Le père André avait l'air d'être là pour un moment et je suis descendu dans la rue aux nouvelles, à cause d'une sale histoire qui était arrivée. Les mecs, pour l'héroïne, disent tous «la merde» et il y a eu un môme de huit ans qui avait entendu que les mecs se faisaient des piqûres de merde et que c'était le pied et il avait chié sur un journal et il s'était foutu une piqûre de vraie merde, croyant que c'était la bonne, et il en est mort. On avait même embarqué le Mahoute et encore deux autre Jules parce qu'ils l'avaient mal informé, mais moi je trouve qu'ils étaient pas obligés d'apprendre à un môme de huit ans à se piquer.
Quand je suis remonté, j'ai trouvé avec le père André le rabbin de la rue des Chaumes, à côté de l'épicerie kasher de Monsieur Rubin, qui avait sans doute appris qu'il y avait un curé qui rôdait autour de Madame Rosa et qui a eu peur qu'elle fasse une mort chrétienne. Il n'avait jamais mis les pieds chez nous vu qu'il connaissait Madame Rosa depuis qu'elle était pute. Le père André et le rabbin, qui avait un autre nom mais je ne m'en souviens pas, ne voulaient pas donner le signal du départ et ils restaient là sur deux chaises à côté du lit avec Madame Rosa. Ils ont même parlé de la guerre du Vietnam parce que c'était un terrain neutre.

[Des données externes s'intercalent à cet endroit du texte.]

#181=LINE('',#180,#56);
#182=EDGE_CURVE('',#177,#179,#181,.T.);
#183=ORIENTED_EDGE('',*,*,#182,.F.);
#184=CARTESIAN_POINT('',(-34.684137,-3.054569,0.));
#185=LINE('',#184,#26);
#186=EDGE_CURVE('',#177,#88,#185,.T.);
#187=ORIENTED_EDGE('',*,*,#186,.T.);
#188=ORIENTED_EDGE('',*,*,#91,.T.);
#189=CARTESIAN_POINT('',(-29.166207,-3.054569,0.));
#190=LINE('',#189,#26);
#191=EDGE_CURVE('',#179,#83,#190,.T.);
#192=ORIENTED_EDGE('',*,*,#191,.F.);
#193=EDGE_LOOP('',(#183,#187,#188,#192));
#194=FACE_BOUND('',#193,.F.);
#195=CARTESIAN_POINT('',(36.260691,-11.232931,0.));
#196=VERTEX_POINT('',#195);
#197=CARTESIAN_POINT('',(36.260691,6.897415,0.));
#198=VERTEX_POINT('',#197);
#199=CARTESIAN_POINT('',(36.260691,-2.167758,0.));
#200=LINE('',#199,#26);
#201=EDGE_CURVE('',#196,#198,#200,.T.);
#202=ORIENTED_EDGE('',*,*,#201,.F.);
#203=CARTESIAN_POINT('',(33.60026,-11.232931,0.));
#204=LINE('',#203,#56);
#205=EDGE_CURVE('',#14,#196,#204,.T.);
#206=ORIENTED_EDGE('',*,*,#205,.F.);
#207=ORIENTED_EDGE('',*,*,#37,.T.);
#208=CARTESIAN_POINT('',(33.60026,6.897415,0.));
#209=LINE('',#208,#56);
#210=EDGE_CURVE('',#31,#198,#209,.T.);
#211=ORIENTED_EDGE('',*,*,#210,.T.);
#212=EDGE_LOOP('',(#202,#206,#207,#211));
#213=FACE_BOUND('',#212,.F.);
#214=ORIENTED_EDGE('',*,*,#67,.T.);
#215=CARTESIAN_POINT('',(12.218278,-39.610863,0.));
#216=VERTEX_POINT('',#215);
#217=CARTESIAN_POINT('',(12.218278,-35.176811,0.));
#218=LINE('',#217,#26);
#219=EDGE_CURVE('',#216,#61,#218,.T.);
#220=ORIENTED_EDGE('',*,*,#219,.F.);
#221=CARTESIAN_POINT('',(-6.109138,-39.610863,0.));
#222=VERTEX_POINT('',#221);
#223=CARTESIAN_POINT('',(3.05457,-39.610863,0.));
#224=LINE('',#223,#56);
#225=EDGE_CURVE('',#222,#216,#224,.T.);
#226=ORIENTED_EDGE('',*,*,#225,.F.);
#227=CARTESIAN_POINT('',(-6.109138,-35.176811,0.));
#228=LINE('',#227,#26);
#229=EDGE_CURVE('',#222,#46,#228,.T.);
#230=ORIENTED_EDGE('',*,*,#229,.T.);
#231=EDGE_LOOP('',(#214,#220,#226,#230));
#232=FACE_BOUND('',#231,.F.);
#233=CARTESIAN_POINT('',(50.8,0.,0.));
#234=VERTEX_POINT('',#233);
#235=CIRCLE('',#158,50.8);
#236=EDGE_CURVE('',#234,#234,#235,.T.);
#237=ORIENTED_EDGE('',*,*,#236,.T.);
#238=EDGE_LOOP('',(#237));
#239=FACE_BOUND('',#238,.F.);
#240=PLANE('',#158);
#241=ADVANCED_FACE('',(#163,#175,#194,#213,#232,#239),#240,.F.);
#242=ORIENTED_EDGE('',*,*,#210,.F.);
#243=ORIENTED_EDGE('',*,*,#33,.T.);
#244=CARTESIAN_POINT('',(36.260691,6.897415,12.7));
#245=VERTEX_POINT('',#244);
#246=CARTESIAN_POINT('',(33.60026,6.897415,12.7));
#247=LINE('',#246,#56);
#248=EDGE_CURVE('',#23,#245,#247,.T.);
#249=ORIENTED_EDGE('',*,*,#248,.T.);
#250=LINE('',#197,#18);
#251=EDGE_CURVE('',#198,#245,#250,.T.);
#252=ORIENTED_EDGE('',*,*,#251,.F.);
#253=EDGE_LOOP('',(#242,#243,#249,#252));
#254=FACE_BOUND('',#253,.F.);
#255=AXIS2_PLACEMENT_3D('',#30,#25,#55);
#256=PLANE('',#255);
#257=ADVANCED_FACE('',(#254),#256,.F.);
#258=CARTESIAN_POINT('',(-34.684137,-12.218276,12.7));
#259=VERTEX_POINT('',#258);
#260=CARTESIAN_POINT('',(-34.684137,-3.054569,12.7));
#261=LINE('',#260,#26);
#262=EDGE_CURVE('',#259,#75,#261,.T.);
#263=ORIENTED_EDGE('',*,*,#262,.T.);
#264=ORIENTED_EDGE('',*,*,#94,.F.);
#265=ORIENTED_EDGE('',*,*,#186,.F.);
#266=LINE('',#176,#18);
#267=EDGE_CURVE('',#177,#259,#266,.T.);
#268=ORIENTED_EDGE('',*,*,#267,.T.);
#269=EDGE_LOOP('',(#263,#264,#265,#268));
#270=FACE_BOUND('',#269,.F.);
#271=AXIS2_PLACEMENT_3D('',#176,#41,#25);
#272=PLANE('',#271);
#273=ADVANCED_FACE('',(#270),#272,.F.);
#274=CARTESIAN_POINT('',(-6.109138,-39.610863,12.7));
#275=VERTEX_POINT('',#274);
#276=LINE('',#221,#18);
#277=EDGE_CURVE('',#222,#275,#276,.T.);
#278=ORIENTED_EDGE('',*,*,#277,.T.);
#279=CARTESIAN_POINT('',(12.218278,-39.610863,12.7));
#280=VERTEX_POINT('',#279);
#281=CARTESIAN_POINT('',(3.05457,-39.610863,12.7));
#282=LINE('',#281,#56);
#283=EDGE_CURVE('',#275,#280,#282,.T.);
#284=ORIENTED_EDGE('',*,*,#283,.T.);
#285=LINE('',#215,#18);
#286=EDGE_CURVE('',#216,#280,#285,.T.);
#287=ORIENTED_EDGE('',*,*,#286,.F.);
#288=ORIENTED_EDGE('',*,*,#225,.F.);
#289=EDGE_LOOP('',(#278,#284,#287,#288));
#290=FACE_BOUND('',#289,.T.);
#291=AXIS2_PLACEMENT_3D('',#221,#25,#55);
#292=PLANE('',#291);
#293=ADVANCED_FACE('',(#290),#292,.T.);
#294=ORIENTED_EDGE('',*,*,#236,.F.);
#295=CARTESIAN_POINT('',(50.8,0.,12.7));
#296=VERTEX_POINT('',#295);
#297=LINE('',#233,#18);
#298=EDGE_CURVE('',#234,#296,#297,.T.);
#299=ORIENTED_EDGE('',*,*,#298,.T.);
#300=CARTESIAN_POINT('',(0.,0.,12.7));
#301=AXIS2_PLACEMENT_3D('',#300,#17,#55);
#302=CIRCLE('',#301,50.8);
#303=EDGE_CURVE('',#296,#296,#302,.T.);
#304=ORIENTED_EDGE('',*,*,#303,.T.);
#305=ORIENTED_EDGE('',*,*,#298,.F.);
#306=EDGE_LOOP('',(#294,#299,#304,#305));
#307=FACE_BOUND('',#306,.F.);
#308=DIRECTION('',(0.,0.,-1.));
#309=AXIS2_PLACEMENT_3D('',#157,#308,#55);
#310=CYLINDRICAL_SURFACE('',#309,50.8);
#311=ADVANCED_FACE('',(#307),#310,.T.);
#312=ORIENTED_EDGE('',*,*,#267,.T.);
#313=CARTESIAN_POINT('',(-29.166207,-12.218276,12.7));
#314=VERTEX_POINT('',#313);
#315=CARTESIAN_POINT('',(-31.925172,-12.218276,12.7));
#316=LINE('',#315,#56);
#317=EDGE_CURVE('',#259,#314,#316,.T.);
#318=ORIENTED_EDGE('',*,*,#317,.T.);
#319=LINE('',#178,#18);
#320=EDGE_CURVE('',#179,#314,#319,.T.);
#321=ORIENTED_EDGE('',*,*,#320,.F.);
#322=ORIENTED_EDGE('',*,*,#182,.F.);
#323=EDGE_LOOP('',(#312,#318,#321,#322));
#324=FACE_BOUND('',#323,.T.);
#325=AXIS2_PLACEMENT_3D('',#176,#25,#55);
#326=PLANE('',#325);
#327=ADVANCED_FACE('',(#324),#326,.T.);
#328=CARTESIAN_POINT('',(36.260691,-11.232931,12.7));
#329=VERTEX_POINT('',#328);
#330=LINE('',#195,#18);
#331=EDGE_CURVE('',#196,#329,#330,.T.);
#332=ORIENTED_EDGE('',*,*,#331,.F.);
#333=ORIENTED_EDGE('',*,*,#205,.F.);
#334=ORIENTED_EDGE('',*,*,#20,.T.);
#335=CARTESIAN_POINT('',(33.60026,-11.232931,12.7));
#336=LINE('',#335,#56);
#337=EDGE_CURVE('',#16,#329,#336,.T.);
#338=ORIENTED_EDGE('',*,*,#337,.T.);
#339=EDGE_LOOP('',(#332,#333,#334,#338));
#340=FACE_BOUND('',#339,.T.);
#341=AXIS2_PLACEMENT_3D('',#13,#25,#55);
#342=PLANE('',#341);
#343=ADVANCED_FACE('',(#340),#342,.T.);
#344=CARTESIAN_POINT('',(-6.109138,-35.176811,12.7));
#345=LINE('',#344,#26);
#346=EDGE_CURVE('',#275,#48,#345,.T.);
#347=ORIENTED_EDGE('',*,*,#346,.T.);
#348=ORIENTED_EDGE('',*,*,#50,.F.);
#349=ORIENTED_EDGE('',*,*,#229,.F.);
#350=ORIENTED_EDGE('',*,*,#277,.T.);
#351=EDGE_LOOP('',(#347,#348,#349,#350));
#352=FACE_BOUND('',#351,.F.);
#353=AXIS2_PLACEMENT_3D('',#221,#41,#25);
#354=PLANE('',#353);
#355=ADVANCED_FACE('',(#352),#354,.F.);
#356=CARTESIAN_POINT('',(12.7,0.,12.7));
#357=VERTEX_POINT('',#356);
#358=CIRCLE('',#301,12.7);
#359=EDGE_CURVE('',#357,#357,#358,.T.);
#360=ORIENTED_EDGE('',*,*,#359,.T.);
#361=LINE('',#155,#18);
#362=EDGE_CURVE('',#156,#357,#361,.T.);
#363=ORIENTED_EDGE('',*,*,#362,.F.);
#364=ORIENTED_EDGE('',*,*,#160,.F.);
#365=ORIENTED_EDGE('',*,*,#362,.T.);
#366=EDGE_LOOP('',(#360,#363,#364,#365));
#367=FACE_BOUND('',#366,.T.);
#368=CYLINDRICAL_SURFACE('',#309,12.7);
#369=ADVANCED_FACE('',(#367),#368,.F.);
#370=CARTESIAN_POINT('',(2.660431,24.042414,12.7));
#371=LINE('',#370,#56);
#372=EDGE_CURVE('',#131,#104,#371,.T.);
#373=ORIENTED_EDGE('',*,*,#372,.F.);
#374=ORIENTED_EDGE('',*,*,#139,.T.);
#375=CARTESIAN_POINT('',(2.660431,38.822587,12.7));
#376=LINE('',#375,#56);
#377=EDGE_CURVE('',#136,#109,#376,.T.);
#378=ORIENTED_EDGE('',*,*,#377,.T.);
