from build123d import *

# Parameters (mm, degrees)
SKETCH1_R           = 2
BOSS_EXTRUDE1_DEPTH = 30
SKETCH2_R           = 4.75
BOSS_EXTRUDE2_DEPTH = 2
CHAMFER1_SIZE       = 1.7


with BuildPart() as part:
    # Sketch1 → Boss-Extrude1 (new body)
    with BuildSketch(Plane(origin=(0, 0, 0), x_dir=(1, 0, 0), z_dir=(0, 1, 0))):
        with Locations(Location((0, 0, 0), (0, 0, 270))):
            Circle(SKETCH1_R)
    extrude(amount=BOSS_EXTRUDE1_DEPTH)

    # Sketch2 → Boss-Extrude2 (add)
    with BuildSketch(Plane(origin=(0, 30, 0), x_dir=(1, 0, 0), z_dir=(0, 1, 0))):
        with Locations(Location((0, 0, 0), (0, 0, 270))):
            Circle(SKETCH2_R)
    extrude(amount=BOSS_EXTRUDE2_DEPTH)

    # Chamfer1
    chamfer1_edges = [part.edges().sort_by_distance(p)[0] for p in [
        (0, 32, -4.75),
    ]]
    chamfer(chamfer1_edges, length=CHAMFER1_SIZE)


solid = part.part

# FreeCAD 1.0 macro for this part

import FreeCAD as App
import Part
import Sketcher


def edges_at(feature, points):
    """Names of the edges that pass closest to the given points."""
    edges = feature.Shape.Edges
    near = lambda p: min(range(len(edges)), key=lambda i: edges[i].distToShape(Part.Vertex(*p))[0])
    return sorted({f"Edge{near(p) + 1}" for p in points})

doc = App.newDocument("Part")
body = doc.addObject("PartDesign::Body", "Body")

# Sketch on XZ plane
sketch1 = body.newObject("Sketcher::SketchObject", "Sketch")
sketch1.AttachmentSupport = (doc.getObject("XZ_Plane"), [""])
sketch1.MapMode = "FlatFace"
sketch1.addGeometry(Part.Circle(App.Vector(0, 0, 0), App.Vector(0, 0, 1), 2), False)
sketch1.addConstraint([
    Sketcher.Constraint("Coincident", 0, 3, -1, 1),
    Sketcher.Constraint("Diameter", 0, 4.0),
])
pad1 = body.newObject("PartDesign::Pad", "Pad")
pad1.Profile = sketch1
pad1.Length = 30
pad1.Reversed = True

# Sketch on XZ plane
sketch2 = body.newObject("Sketcher::SketchObject", "Sketch001")
sketch2.AttachmentSupport = (doc.getObject("XZ_Plane"), [""])
sketch2.MapMode = "FlatFace"
sketch2.AttachmentOffset = App.Placement(App.Vector(0, 0, -30), App.Rotation())
sketch2.addGeometry(Part.Circle(App.Vector(0, 0, 0), App.Vector(0, 0, 1), 4.75), False)
sketch2.addConstraint([
    Sketcher.Constraint("Coincident", 0, 3, -1, 1),
    Sketcher.Constraint("Diameter", 0, 9.5),
])
pad2 = body.newObject("PartDesign::Pad", "Pad001")
pad2.Profile = sketch2
pad2.Length = 2
pad2.Reversed = True
doc.recompute()

chamfer = body.newObject("PartDesign::Chamfer", "Chamfer")
chamfer.Base = (pad2, edges_at(pad2, [(0, 32, -4.75)]))
chamfer.Size = 1.7

doc.recompute()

Madame Rosa a fait une bonne nuit mais moi je n'ai pas pu dormir et je suis resté les yeux ouverts dans le noir à penser à quelque chose de différent et je ne savais pas du tout ce que ça pouvait être.
Le lendemain matin le docteur Katz est venu donner à Madame Rosa un examen périodique et cette fois, quand on est sorti dans l'escalier, j'ai tout de suite senti que le malheur allait frapper à notre porte.
– Il faut la transporter à l'hôpital. Elle ne peut pas rester ici. Je vais appeler l'ambulance.